Recruiters want both soft skills and hard skills, but the weight they give to each depends on the position, industry, and company culture. The simple answer: neither type can be ignored. Candidates who show a strong mix of both are the ones who move forward in the hiring process.
What Are Soft Skills?
Soft skills are the personal attributes that influence how well someone interacts, communicates, and collaborates with others. They are harder to measure but often easier to notice.
Key examples include:
- Communication
- Adaptability
- Problem-solving
- Teamwork
- Leadership
- Work ethic
- Emotional intelligence
Soft skills are what turn a qualified candidate into a valuable team member. A developer with strong technical abilities but no patience for collaboration can stall an entire project. A salesperson with charm but no organizational habits can frustrate clients and colleagues alike.
What Are Hard Skills?
Hard skills are teachable abilities or knowledge sets that are measurable and job-specific. They are often learned through formal education, certifications, or hands-on experience.
Common hard skills are:
- Data analysis
- Programming languages
- Project management
- Accounting
- Graphic design
- Foreign languages
When discussing hard skills, it’s useful to mention that typing tests often quantify computer literacy, a crucial hard skill for many jobs. Recruiters look for proof that candidates can handle the tools and systems required for the role. Certification exams, portfolios, and technical assessments often help measure these abilities.

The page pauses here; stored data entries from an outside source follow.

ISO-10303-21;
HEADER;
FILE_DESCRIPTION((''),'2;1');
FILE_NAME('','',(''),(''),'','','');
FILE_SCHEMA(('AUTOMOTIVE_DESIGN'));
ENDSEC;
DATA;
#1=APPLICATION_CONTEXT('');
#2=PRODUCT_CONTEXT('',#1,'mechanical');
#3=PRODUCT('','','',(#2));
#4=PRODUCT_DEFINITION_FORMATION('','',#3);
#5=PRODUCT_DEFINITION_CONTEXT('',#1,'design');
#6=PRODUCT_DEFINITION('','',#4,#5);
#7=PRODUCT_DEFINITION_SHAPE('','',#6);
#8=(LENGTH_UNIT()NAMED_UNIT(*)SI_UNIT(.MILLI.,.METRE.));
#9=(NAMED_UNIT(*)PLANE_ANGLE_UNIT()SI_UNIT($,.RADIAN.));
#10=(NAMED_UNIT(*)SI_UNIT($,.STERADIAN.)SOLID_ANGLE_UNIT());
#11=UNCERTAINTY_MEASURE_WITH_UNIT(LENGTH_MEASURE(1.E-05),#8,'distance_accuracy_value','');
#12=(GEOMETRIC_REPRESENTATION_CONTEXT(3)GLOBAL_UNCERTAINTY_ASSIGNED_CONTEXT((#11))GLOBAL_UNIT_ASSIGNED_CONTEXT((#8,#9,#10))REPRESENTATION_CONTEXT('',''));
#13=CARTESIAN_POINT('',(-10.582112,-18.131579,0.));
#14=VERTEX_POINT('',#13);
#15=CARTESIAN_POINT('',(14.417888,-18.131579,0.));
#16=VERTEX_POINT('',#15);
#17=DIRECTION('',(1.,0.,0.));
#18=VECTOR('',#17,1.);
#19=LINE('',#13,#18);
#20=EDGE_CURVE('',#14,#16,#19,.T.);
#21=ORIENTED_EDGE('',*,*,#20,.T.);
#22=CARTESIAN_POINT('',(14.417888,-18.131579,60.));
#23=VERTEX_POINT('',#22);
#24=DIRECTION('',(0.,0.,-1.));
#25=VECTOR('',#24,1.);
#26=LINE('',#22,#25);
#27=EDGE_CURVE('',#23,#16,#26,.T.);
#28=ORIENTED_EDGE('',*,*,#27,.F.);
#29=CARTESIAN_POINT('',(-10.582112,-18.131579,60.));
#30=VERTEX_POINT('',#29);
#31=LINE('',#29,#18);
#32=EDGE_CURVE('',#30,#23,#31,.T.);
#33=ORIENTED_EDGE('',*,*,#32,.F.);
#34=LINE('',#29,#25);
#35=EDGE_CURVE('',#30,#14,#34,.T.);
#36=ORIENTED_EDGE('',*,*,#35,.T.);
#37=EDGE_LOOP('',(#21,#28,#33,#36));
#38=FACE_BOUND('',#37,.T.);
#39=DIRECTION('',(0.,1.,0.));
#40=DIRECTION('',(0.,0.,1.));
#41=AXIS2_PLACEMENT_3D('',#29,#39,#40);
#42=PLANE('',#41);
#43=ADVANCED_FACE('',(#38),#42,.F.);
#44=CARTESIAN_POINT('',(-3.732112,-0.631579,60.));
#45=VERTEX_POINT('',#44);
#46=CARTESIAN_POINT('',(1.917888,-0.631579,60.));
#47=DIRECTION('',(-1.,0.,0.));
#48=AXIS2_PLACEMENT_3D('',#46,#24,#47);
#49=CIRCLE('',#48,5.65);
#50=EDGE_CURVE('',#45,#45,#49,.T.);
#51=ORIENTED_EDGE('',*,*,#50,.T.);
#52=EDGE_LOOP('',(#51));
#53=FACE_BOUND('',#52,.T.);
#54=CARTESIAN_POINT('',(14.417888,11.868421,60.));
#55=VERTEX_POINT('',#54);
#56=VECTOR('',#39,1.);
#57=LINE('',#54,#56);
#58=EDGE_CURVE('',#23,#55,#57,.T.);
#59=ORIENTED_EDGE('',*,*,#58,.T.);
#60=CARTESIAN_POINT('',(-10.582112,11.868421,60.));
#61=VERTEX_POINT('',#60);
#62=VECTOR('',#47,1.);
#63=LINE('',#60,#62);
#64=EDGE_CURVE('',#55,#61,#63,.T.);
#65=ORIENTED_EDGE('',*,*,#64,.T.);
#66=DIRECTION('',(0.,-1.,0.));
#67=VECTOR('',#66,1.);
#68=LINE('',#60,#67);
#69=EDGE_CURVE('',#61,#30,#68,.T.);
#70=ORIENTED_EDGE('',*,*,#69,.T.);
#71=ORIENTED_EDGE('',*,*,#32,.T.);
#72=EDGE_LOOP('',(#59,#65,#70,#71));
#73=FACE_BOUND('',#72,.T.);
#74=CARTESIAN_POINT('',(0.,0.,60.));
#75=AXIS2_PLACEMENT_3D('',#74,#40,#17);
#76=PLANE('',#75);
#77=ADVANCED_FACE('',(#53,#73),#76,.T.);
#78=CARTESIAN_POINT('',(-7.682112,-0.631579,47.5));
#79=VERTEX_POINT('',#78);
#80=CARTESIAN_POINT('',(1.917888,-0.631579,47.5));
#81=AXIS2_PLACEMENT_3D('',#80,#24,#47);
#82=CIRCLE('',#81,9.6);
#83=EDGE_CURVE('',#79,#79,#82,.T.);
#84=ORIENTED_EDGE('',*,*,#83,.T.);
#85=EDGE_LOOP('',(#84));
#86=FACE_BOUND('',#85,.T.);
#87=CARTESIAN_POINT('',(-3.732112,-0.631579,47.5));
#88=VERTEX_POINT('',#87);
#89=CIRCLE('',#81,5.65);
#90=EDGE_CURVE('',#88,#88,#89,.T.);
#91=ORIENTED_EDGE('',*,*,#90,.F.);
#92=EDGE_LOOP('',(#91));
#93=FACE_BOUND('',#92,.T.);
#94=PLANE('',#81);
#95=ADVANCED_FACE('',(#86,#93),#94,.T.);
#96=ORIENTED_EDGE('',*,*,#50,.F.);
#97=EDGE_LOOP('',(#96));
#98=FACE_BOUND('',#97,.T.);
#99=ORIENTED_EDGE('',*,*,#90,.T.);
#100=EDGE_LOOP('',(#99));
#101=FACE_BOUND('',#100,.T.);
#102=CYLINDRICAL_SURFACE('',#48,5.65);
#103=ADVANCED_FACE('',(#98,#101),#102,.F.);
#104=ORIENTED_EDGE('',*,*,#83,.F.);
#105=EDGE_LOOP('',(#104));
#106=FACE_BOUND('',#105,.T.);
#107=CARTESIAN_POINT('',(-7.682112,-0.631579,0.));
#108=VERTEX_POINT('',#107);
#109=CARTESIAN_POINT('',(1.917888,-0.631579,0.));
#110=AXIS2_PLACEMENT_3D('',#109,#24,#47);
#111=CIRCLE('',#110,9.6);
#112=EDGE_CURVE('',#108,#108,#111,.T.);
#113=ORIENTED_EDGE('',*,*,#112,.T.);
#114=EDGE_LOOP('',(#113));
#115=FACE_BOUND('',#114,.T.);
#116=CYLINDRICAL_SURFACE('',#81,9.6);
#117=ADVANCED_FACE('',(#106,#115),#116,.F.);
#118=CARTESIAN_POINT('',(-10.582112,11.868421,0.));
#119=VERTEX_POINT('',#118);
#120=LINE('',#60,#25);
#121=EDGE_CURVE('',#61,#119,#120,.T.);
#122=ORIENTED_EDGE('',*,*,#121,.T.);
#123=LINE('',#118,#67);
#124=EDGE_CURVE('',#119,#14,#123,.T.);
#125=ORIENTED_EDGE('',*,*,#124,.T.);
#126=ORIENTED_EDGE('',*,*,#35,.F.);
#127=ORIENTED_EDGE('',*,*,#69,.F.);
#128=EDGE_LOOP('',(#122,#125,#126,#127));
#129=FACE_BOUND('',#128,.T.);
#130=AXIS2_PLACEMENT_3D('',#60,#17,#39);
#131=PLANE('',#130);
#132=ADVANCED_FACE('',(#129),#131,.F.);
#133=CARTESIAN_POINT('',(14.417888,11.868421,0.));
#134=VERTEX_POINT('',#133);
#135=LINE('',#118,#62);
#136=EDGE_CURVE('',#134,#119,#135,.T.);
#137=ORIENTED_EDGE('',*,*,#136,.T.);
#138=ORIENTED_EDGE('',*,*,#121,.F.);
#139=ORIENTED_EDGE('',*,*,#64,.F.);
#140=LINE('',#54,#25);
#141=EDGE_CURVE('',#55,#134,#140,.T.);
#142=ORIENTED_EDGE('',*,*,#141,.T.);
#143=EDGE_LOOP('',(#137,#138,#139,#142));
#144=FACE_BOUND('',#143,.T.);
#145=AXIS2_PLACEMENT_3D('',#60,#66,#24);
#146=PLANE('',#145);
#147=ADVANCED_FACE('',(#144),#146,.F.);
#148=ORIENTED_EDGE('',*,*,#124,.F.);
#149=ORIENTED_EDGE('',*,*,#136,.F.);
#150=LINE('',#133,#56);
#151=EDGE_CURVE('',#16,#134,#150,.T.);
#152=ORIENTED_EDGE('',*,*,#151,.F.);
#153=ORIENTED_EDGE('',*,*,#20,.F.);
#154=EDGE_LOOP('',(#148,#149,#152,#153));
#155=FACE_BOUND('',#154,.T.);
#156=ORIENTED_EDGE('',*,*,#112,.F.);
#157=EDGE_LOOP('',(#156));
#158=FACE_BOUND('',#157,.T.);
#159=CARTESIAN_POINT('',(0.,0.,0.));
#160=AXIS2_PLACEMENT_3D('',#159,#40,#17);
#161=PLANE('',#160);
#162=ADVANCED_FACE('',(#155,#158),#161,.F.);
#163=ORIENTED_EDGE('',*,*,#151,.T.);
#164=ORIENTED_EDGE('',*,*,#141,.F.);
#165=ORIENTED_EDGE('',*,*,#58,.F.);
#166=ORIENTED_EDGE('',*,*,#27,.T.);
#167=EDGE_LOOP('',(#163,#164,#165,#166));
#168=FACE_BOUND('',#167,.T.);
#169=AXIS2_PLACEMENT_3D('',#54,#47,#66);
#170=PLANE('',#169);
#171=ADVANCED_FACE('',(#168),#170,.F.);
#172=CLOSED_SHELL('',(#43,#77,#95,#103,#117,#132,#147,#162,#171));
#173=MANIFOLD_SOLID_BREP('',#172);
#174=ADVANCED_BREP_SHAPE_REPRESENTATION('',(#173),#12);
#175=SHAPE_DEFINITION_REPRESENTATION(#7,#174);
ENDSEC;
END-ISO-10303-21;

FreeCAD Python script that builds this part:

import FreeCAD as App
import Part
import Sketcher
from FreeCAD import Vector


def add_polygon(sketch, points):
    """Adds a closed chain of lines whose ends are joined by coincident constraints."""
    first, n = sketch.GeometryCount, len(points)
    for a, b in zip(points, points[1:] + points[:1]):
        sketch.addGeometry(Part.LineSegment(App.Vector(*a, 0), App.Vector(*b, 0)), False)
    for i in range(n):
        sketch.addConstraint(Sketcher.Constraint("Coincident", first + i, 2, first + (i + 1) % n, 1))

doc = App.newDocument("Part")
params = doc.addObject("Spreadsheet::Sheet", "Params")
for row, (alias, value) in enumerate([
    ("sketch1_width", "25 mm"),
    ("sketch1_height", "30 mm"),
    ("pad1_length", "60 mm"),
    ("sketch2_diameter", "19.2 mm"),
    ("pocket1_length", "47.5 mm"),
    ("sketch3_diameter", "11.3 mm"),
], start=1):
    params.set(f"A{row}", alias)
    params.set(f"B{row}", "=" + value)
    params.setAlias(f"B{row}", alias)

body = doc.addObject("PartDesign::Body", "Body")

sketch1 = body.newObject("Sketcher::SketchObject", "Sketch")
sketch1.AttachmentSupport = (doc.getObject("XY_Plane"), [""])
sketch1.MapMode = "FlatFace"
add_polygon(sketch1, [(-10.582112, 11.868421), (-10.582112, -18.131579), (14.417888, -18.131579), (14.417888, 11.868421)])
sketch1.addConstraint(Sketcher.Constraint("Vertical", 0))
sketch1.addConstraint(Sketcher.Constraint("Horizontal", 1))
sketch1.addConstraint(Sketcher.Constraint("Vertical", 2))
sketch1.addConstraint(Sketcher.Constraint("Horizontal", 3))
sketch1.addConstraint(Sketcher.Constraint("DistanceX", 1, 1, 1, 2, 25.0))
sketch1.addConstraint(Sketcher.Constraint("DistanceY", 0, 2, 0, 1, 30.0))
sketch1.addConstraint(Sketcher.Constraint("DistanceY", 0, 2, -1, 1, 18.131579))
sketch1.addConstraint(Sketcher.Constraint("DistanceX", 0, 2, -1, 1, 10.582112))
sketch1.setExpression("Constraints[8]", "Params.sketch1_width")
sketch1.setExpression("Constraints[9]", "Params.sketch1_height")
pad1 = body.newObject("PartDesign::Pad", "Pad")
pad1.Profile = sketch1
pad1.setExpression("Length", "Params.pad1_length")

sketch2 = body.newObject("Sketcher::SketchObject", "Sketch001")
sketch2.AttachmentSupport = (doc.getObject("XY_Plane"), [""])
sketch2.MapMode = "FlatFace"
sketch2.addGeometry(Part.Circle(Vector(1.917888, -0.631579, 0), Vector(0, 0, 1), 9.6), False)
sketch2.addConstraint(Sketcher.Constraint("Diameter", 0, 19.2))
sketch2.addConstraint(Sketcher.Constraint("DistanceY", 0, 3, -1, 1, 0.631579))
sketch2.addConstraint(Sketcher.Constraint("DistanceX", -1, 1, 0, 3, 1.917888))
sketch2.setExpression("Constraints[0]", "Params.sketch2_diameter")
pocket1 = body.newObject("PartDesign::Pocket", "Pocket")
pocket1.Profile = sketch2
pocket1.setExpression("Length", "Params.pocket1_length")
pocket1.Reversed = True

sketch3 = body.newObject("Sketcher::SketchObject", "Sketch002")
sketch3.AttachmentSupport = (doc.getObject("XY_Plane"), [""])
sketch3.MapMode = "FlatFace"
sketch3.AttachmentOffset = App.Placement(Vector(0, 0, 47.5), App.Rotation())
sketch3.addGeometry(Part.Circle(Vector(1.917888, -0.631579, 0), Vector(0, 0, 1), 5.65), False)
sketch3.addConstraint(Sketcher.Constraint("Diameter", 0, 11.3))
sketch3.addConstraint(Sketcher.Constraint("DistanceY", 0, 3, -1, 1, 0.631579))
sketch3.addConstraint(Sketcher.Constraint("DistanceX", -1, 1, 0, 3, 1.917888))
sketch3.setExpression("Constraints[0]", "Params.sketch3_diameter")
pocket2 = body.newObject("PartDesign::Pocket", "Pocket001")
pocket2.Profile = sketch3
pocket2.Type = "ThroughAll"
pocket2.Reversed = True

doc.recompute()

How Recruiters Evaluate Both
Recruiters typically use a layered approach to assess candidates:
1. Resume screening:
Hard skills get attention first. Recruiters scan for certifications, software expertise, and other qualifications that meet the job requirements.
2. Interviews:
Soft skills come into sharper focus here. Recruiters listen for communication clarity, enthusiasm, and ability to think on one’s feet.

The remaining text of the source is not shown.